We’ve been doing some word-of-mouth dissemination and trying to collect stories so that we know how people are finding this helpful and where they like us to push in another direction. But one thing that I initiated, you know, kind of a, I like online tools and I like open access. So we have, again, with support from the Robert Wood Johnson Foundation, we have an equity and innovation resource hub, which you can find at the AcademyHealth website.
::Margo Edmunds, Ph.D.
But these are meant to be companion documents. And former professor I'm thinking about you want something that's online with a lot of deep content. It's got 25 pages, I think of resources of peer-reviewed articles and playbooks and lots of other resources that people can use. The Equity and Innovation Resource Hub is searchable by media, so if you want a video to show in your class or at your staff meeting, you can go find a video that's related to kind of introducing the content.
::Margo Edmunds, Ph.D.
And we also have infographics and playbooks and peer-reviewed articles and great literature and other resources that have been vetted and are curated by Academy Health. So I think a lot of people, when they start thinking, oh my goodness, I'm teaching a health equity course, where am I going to start? We want to have vetted and curated that material so that they know where to start.
::Joy Lewis
No, that's awesome. Thanks for doing that heavy lifting up front for folks. So with this particular resource though, the Roadmap for Researchers, what is your hope, right, in terms of how this could potentially change the design of health services research, potentially lead to better health policy, even.
::Margo Edmunds, Ph.D.
So, my hope would be for 10 years from now that the field will have evolved to a much more inclusive and representative group of people who really value diversity.
::Joy Lewis
Diversity of all, all kinds, diversity in its broadest definition.
::Margo Edmunds, Ph.D.
I've talked with some of our folks who work on the Hill and work in different kinds of environments, and I think that health equity or equity are the terms that seem to be the most acceptable.

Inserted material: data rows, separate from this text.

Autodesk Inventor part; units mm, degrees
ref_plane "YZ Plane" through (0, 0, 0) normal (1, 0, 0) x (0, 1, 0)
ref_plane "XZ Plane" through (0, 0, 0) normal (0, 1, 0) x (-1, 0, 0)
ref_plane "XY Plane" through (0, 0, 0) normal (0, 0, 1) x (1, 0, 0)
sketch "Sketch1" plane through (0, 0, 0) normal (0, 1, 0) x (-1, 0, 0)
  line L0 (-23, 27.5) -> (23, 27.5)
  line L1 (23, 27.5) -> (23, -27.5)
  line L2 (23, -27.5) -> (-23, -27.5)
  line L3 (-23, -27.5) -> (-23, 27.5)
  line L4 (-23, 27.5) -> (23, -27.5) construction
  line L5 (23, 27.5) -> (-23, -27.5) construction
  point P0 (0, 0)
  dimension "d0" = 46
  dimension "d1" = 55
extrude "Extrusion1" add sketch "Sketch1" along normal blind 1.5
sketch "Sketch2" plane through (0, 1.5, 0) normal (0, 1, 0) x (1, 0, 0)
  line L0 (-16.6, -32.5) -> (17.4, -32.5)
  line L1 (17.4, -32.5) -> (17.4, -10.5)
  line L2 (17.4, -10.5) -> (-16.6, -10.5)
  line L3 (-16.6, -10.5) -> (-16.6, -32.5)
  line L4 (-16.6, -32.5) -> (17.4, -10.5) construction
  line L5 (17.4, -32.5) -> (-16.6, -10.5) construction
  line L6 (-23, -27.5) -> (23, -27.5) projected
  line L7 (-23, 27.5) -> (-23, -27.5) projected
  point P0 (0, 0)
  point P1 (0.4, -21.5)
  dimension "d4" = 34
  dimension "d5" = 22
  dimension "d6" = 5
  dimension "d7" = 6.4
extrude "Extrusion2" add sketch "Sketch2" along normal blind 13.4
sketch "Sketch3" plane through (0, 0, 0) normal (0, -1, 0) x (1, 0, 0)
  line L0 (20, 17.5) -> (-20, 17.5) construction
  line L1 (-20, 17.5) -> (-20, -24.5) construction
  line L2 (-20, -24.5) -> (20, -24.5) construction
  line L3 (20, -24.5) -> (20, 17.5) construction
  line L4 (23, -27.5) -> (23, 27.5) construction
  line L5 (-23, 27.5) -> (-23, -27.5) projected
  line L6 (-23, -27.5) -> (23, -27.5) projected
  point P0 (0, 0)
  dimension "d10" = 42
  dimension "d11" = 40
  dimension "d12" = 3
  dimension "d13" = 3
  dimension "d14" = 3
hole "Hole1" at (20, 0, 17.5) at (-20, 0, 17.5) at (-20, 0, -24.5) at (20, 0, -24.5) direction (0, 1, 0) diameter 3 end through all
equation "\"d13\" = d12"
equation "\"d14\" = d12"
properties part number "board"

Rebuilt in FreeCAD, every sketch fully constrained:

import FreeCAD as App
import Part
import Sketcher

V = App.Vector
Q = App.Units.Quantity


def add_polygon(sketch, points):
    """Adds a closed chain of lines whose ends are joined by coincident constraints."""
    first, n = sketch.GeometryCount, len(points)
    for a, b in zip(points, points[1:] + points[:1]):
        sketch.addGeometry(Part.LineSegment(App.Vector(*a, 0), App.Vector(*b, 0)), False)
    for i in range(n):
        sketch.addConstraint(Sketcher.Constraint("Coincident", first + i, 2, first + (i + 1) % n, 1))

doc = App.newDocument("Part")
body = doc.addObject("PartDesign::Body", "Body")

# Sketch on XZ plane
sketch1 = body.newObject("Sketcher::SketchObject", "Sketch")
sketch1.AttachmentSupport = (doc.getObject("XZ_Plane"), [""])
sketch1.MapMode = "FlatFace"
add_polygon(sketch1, [(-23, 28), (23, 28), (23, -28), (-23, -28)])  # lines 0-3
sketch1.addConstraint(Sketcher.Constraint("Horizontal", 0))
sketch1.addConstraint(Sketcher.Constraint("Vertical", 1))
sketch1.addConstraint(Sketcher.Constraint("Horizontal", 2))
sketch1.addConstraint(Sketcher.Constraint("Vertical", 3))
sketch1.addConstraint(Sketcher.Constraint("Symmetric", 0, 2, 2, 2, -1, 1))
sketch1.addConstraint(Sketcher.Constraint("DistanceX", 0, 1, 0, 2, Q("46 mm")))
sketch1.addConstraint(Sketcher.Constraint("DistanceY", 1, 2, 1, 1, Q("55 mm")))
pad1 = body.newObject("PartDesign::Pad", "Pad")
pad1.Profile = sketch1
pad1.Length = 1.5
pad1.Reversed = True

# Sketch on XZ plane
sketch2 = body.newObject("Sketcher::SketchObject", "Sketch001")
sketch2.AttachmentSupport = (doc.getObject("XZ_Plane"), [""])
sketch2.MapMode = "FlatFace"
sketch2.AttachmentOffset = App.Placement(V(0, 0, -1.5), App.Rotation())
add_polygon(sketch2, [(-17, 32), (17, 32), (17, 10), (-17, 10)])  # lines 0-3
sketch2.addConstraint(Sketcher.Constraint("Horizontal", 0))
sketch2.addConstraint(Sketcher.Constraint("Vertical", 1))
sketch2.addConstraint(Sketcher.Constraint("Horizontal", 2))
sketch2.addConstraint(Sketcher.Constraint("Vertical", 3))
sketch2.addConstraint(Sketcher.Constraint("DistanceX", 0, 1, 0, 2, Q("34 mm")))
sketch2.addConstraint(Sketcher.Constraint("DistanceY", 1, 2, 1, 1, Q("22 mm")))
sketch2.addConstraint(Sketcher.Constraint("DistanceX", -1, 1, 0, 2, Q("17.4 mm")))
sketch2.addConstraint(Sketcher.Constraint("DistanceY", -1, 1, 0, 2, Q("32.5 mm")))
pad2 = body.newObject("PartDesign::Pad", "Pad001")
pad2.Profile = sketch2
pad2.Length = 13.4
pad2.Reversed = True

# Sketch on XZ plane
sketch3 = body.newObject("Sketcher::SketchObject", "Sketch002")
sketch3.AttachmentSupport = (doc.getObject("XZ_Plane"), [""])
sketch3.MapMode = "FlatFace"
sketch3.addGeometry(Part.Circle(V(20, 17.5, 0), V(0, 0, 1), 1.5), False)
sketch3.addGeometry(Part.Circle(V(-20, 17.5, 0), V(0, 0, 1), 1.5), False)
sketch3.addGeometry(Part.Circle(V(-20, -24.5, 0), V(0, 0, 1), 1.5), False)
sketch3.addGeometry(Part.Circle(V(20, -24.5, 0), V(0, 0, 1), 1.5), False)
sketch3.addConstraint(Sketcher.Constraint("Equal", 0, 1))
sketch3.addConstraint(Sketcher.Constraint("Equal", 1, 2))
sketch3.addConstraint(Sketcher.Constraint("Equal", 2, 3))
sketch3.addConstraint(Sketcher.Constraint("Symmetric", 0, 3, 1, 3, -2))
sketch3.addConstraint(Sketcher.Constraint("Symmetric", 2, 3, 3, 3, -2))
sketch3.addConstraint(Sketcher.Constraint("Vertical", 1, 3, 2, 3))
sketch3.addConstraint(Sketcher.Constraint("Diameter", 0, Q("3 mm")))
sketch3.addConstraint(Sketcher.Constraint("DistanceX", -1, 1, 0, 3, Q("20 mm")))
sketch3.addConstraint(Sketcher.Constraint("DistanceY", 2, 3, 1, 3, Q("42 mm")))
sketch3.addConstraint(Sketcher.Constraint("DistanceY", -1, 1, 0, 3, Q("17.5 mm")))
doc.recompute()
hole = body.newObject("PartDesign::Hole", "Hole")
hole.Profile = sketch3
hole.ThreadType = "None"
hole.Diameter = 3
hole.DepthType = "ThroughAll"

doc.recompute()
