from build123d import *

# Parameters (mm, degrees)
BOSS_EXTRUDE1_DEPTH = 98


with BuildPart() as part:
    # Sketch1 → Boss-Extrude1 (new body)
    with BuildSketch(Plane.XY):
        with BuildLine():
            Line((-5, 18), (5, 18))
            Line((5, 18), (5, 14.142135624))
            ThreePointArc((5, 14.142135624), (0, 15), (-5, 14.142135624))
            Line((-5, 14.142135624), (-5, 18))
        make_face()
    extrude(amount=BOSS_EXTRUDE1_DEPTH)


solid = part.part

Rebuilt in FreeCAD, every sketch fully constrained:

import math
import FreeCAD as App
import Part
import Sketcher

V = App.Vector

doc = App.newDocument("Part")
body = doc.addObject("PartDesign::Body", "Body")

# Sketch on XY plane
sketch1 = body.newObject("Sketcher::SketchObject", "Sketch")
sketch1.AttachmentSupport = (doc.getObject("XY_Plane"), [""])
sketch1.MapMode = "FlatFace"
sketch1.addGeometry([
    Part.LineSegment(V(5, 18, 0), V(-5, 18, 0)),
    Part.LineSegment(V(-5, 18, 0), V(-5, 14.1, 0)),
    Part.ArcOfCircle(Part.Circle(V(0, 0, 0), V(0, 0, 1), 15), math.radians(71), math.radians(109)),
    Part.LineSegment(V(5, 14.1, 0), V(5, 18, 0)),
], False)
sketch1.addConstraint([
    Sketcher.Constraint("Coincident", 0, 2, 1, 1),
    Sketcher.Constraint("Coincident", 1, 2, 2, 2),
    Sketcher.Constraint("Coincident", 2, 1, 3, 1),
    Sketcher.Constraint("Coincident", 3, 2, 0, 1),
    Sketcher.Constraint("Horizontal", 0),
    Sketcher.Constraint("Vertical", 1),
    Sketcher.Constraint("Vertical", 3),
    Sketcher.Constraint("Coincident", 2, 3, -1, 1),
    Sketcher.Constraint("Horizontal", 1, 2, 2, 1),
    Sketcher.Constraint("Radius", 2, 15.0),
    Sketcher.Constraint("DistanceX", 0, 2, 0, 1, 10.0),
    Sketcher.Constraint("DistanceY", -1, 1, 0, 2, 18.0),
])
pad1 = body.newObject("PartDesign::Pad", "Pad")
pad1.Profile = sketch1
pad1.Length = 98

doc.recompute()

When you talk about multicultural and actually, you know, multi in many ways, multi-lived experience, people who are coming from first generation backgrounds into the research community, that they will feel that they have the kind of support and acknowledgment and then they're valued.
::Margo Edmunds, Ph.D.
And I think if we can acknowledge that people's backgrounds and where they came from and what their parents did and what languages are spoken at home, but also what might have happened to them on the way to work, you know, you might have gotten some side eyes from people. You might, I mean, this is a very common experience that I think a lot of white people do not have and do not appreciate and don't acknowledge.
::Margo Edmunds, Ph.D.
So my hope would be that in 10 years there's been enough personal transformation and insight and behavior change that everybody would feel welcome. Ten years is pretty fast, but I know people can change. I'm originally a clinical psychologist, as you know, and I know that people can change, and I know the cultures can change. And sometimes in a very short period of time.
::Joy Lewis
While you've leaned into hope in its strongest definition, HOPE, all caps, because that's hope that you're leaving with us, Margo. I trust your hope becomes a reality because I think we could all, you know, lift all boats as we go here.
::Margo Edmunds, Ph.D.
Well, we need each other to do that, Joy. You know, and that's why I'm, again, really pleased and honored and grateful that you created the network. Because it's important, I think, for all of us to use the platforms that we have and use our voice in the most effective way possible. And I've seen people in the network, talking about things that I have not heard about before, the work that they're doing in their own institutions, and how thoroughly it can be done when you have the support system to do it.
::Margo Edmunds, Ph.D.
It's amazing.
::Joy Lewis
Well, thank you, and thanks for, spending some time with me this afternoon as we really lean into helping our health services researchers writ large, really navigate the roadmap and think about its application to their upcoming body of work. So thank you so much, Margo.
::Margo Edmunds, Ph.D.
Thank you for the opportunity, Joy. Great to see you.